Carta: legno, terracotta, marmo, e anche ferro, acciaio o cemento, acquisiscono, attraverso le mani di Chillida, il profilo dell’aria, il tocco della leggerezza, la sospensione dell’assenza di gravità. E in questo modo stabiliscono una corrispondenza con gli elementi naturali: acqua, terra, fuoco e aria, tutti presenti nei loro pezzi. Sebbene la predominanza dell’aereo, la tendenza all’innalzamento, sia il tratto distintivo di un modo di intendere la scultura in cui sembra che avesse le ali.

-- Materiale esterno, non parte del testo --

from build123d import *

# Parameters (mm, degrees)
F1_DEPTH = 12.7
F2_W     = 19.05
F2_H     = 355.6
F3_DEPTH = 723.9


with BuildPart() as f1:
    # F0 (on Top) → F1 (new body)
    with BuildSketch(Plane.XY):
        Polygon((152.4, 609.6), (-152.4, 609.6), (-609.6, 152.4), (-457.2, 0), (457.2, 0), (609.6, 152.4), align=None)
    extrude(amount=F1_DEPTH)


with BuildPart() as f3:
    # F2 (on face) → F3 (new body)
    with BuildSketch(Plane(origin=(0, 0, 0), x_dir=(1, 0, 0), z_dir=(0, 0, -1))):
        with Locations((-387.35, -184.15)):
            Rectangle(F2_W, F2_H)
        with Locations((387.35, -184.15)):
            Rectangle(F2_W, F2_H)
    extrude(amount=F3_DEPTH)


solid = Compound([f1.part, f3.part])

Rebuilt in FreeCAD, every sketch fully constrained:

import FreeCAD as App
import Part
import Sketcher
Q = App.Units.Quantity


def add_polygon(sketch, points):
    """Adds a closed chain of lines whose ends are joined by coincident constraints."""
    first, n = sketch.GeometryCount, len(points)
    for a, b in zip(points, points[1:] + points[:1]):
        sketch.addGeometry(Part.LineSegment(App.Vector(*a, 0), App.Vector(*b, 0)), False)
    for i in range(n):
        sketch.addConstraint(Sketcher.Constraint("Coincident", first + i, 2, first + (i + 1) % n, 1))

doc = App.newDocument("Part")
params = doc.addObject("Spreadsheet::Sheet", "Params")
for row, (alias, value) in enumerate([
    ("sketch1_width", "12 in"),
    ("sketch1_width2", "36 in"),
    ("pad1_length", "0.5 in"),
    ("sketch2_height", "14 in"),
    ("sketch2_width", "0.75 in"),
    ("pad2_length", "28.5 in"),
], start=1):
    params.set(f"A{row}", alias)
    params.set(f"B{row}", "=" + value)
    params.setAlias(f"B{row}", alias)

body = doc.addObject("PartDesign::Body", "Body")

# Sketch on XY plane
sketch1 = body.newObject("Sketcher::SketchObject", "Sketch")
sketch1.AttachmentSupport = (doc.getObject("XY_Plane"), [""])
sketch1.MapMode = "FlatFace"
add_polygon(sketch1, [(152, 610), (-152, 610), (-610, 152), (-457, 0), (457, 0), (610, 152)])  # lines 0-5
sketch1.addConstraint(Sketcher.Constraint("Horizontal", 0))
sketch1.addConstraint(Sketcher.Constraint("Horizontal", 3))
sketch1.addConstraint(Sketcher.Constraint("Symmetric", 2, 2, 3, 2, -1, 1))
sketch1.addConstraint(Sketcher.Constraint("Symmetric", 1, 2, 4, 2, -2))
sketch1.addConstraint(Sketcher.Constraint("Perpendicular", 1, 2))
sketch1.addConstraint(Sketcher.Constraint("Perpendicular", 2, 4))
sketch1.addConstraint(Sketcher.Constraint("Perpendicular", 4, 5))
sketch1.addConstraint(Sketcher.Constraint("DistanceX", 0, 2, 0, 1, Q("12 in")))
sketch1.addConstraint(Sketcher.Constraint("DistanceX", 3, 1, 3, 2, Q("36 in")))
sketch1.addConstraint(Sketcher.Constraint("DistanceY", -1, 1, 0, 2, Q("24 in")))
sketch1.setExpression("Constraints[13]", "Params.sketch1_width")
sketch1.setExpression("Constraints[14]", "Params.sketch1_width2")
pad1 = body.newObject("PartDesign::Pad", "Pad")
pad1.Profile = sketch1
pad1.setExpression("Length", "Params.pad1_length")
body2 = doc.addObject("PartDesign::Body", "Body001")
body2.AllowCompound = True

# Sketch on XY plane
sketch2 = body2.newObject("Sketcher::SketchObject", "Sketch001")
sketch2.AttachmentSupport = (doc.getObject("XY_Plane001"), [""])
sketch2.MapMode = "FlatFace"
add_polygon(sketch2, [(-397, 6), (-397, 362), (-378, 362), (-378, 6)])  # lines 0-3
add_polygon(sketch2, [(378, 6), (378, 362), (397, 362), (397, 6)])  # lines 4-7
sketch2.addConstraint(Sketcher.Constraint("Vertical", 0))
sketch2.addConstraint(Sketcher.Constraint("Horizontal", 1))
sketch2.addConstraint(Sketcher.Constraint("Vertical", 2))
sketch2.addConstraint(Sketcher.Constraint("Horizontal", 3))
sketch2.addConstraint(Sketcher.Constraint("Vertical", 4))
sketch2.addConstraint(Sketcher.Constraint("Horizontal", 5))
sketch2.addConstraint(Sketcher.Constraint("Vertical", 6))
sketch2.addConstraint(Sketcher.Constraint("Horizontal", 7))
sketch2.addConstraint(Sketcher.Constraint("Symmetric", 1, 2, 4, 2, -2))
sketch2.addConstraint(Sketcher.Constraint("Symmetric", 3, 2, 6, 2, -2))
sketch2.addConstraint(Sketcher.Constraint("DistanceY", 0, 1, 0, 2, Q("14 in")))
sketch2.addConstraint(Sketcher.Constraint("DistanceX", 1, 1, 1, 2, Q("0.75 in")))
sketch2.addConstraint(Sketcher.Constraint("DistanceX", 0, 2, 4, 2, Q("30.5 in")))
sketch2.addConstraint(Sketcher.Constraint("DistanceY", -1, 1, 0, 2, Q("14.25 in")))
sketch2.setExpression("Constraints[18]", "Params.sketch2_height")
sketch2.setExpression("Constraints[19]", "Params.sketch2_width")
pad2 = body2.newObject("PartDesign::Pad", "Pad001")
pad2.Profile = sketch2
pad2.setExpression("Length", "Params.pad2_length")
pad2.Reversed = True

doc.recompute()
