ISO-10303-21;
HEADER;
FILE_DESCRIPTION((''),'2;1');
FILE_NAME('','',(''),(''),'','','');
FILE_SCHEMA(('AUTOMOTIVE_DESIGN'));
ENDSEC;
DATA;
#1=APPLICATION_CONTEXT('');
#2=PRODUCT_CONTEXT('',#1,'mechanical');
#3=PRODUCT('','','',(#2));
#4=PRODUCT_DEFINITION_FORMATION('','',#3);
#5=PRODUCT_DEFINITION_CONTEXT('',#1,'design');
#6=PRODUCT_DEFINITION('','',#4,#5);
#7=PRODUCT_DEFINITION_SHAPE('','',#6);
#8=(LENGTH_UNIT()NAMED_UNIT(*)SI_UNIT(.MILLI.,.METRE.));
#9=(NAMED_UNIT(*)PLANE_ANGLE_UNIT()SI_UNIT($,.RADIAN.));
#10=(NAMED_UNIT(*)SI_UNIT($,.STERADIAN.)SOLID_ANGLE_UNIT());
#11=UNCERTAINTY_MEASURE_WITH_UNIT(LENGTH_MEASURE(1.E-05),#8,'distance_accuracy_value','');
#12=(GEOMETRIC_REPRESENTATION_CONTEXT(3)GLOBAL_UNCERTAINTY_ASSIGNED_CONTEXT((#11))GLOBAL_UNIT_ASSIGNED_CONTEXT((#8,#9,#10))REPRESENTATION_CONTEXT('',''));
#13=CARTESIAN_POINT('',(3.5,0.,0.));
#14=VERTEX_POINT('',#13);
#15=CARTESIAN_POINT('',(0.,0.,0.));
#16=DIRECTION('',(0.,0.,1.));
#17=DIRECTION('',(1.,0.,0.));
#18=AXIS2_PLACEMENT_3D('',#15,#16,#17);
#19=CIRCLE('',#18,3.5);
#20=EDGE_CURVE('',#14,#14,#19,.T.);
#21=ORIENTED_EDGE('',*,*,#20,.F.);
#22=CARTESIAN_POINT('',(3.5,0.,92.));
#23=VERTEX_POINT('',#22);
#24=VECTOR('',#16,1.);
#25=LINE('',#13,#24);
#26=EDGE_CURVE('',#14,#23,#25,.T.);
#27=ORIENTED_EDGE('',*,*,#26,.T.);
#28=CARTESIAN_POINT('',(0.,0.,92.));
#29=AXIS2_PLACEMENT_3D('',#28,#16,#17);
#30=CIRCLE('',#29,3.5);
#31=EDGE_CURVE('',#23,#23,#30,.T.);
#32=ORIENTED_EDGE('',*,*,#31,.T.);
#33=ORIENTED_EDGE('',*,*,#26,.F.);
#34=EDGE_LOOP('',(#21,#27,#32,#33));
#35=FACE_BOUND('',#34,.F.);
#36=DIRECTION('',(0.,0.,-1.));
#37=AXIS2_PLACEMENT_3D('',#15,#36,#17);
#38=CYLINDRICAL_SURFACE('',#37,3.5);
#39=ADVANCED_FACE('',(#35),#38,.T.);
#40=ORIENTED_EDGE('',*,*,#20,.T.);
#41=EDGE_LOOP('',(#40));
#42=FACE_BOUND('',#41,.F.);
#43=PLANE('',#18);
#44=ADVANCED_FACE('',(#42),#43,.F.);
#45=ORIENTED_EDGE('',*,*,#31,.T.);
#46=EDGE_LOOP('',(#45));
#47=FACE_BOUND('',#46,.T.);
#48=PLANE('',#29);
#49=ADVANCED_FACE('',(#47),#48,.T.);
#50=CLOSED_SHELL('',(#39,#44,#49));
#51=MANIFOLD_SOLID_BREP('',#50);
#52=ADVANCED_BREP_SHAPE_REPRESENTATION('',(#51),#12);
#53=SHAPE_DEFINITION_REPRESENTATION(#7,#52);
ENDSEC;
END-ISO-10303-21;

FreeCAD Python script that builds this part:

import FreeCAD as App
import Part
import Sketcher

V = App.Vector

doc = App.newDocument("Part")
params = doc.addObject("Spreadsheet::Sheet", "Params")
for row, (alias, value) in enumerate([
    ("sketch1_diameter", "7 mm"),
    ("pad1_length", "92 mm"),
], start=1):
    params.set(f"A{row}", alias)
    params.set(f"B{row}", "=" + value)
    params.setAlias(f"B{row}", alias)

body = doc.addObject("PartDesign::Body", "Body")

# Sketch on XY plane
sketch1 = body.newObject("Sketcher::SketchObject", "Sketch")
sketch1.AttachmentSupport = (doc.getObject("XY_Plane"), [""])
sketch1.MapMode = "FlatFace"
sketch1.addGeometry(Part.Circle(V(0, 0, 0), V(0, 0, 1), 3.5), False)
sketch1.addConstraint([
    Sketcher.Constraint("Coincident", 0, 3, -1, 1),
    Sketcher.Constraint("Diameter", 0, 7.0),
])
sketch1.setExpression("Constraints[1]", "Params.sketch1_diameter")
pad1 = body.newObject("PartDesign::Pad", "Pad")
pad1.Profile = sketch1
pad1.setExpression("Length", "Params.pad1_length")

doc.recompute()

Questa è la domanda decisiva: rispetto per il mondo naturale e dialogo con le sue forme. Chillida è uno dei migliori conoscitori di quell’intima comunicazione tra il corpo e la terra. In questo modo lo spazio si proietta come un modo di stare al mondo: di abitare. E nel vivere l’uomo capovolge il suo desiderio di permanenza. Eppure sì: nelle sue diverse varianti costruttive la scultura di Chillida presenta sempre la qualità dell’elevazione, l’impulso della leggerezza. Ci dà le ali per volare in una natura di pienezza. Un’altra natura, ambiente di vita, forza respiratoria, è plausibilmente possibile, come ci dice l’arte.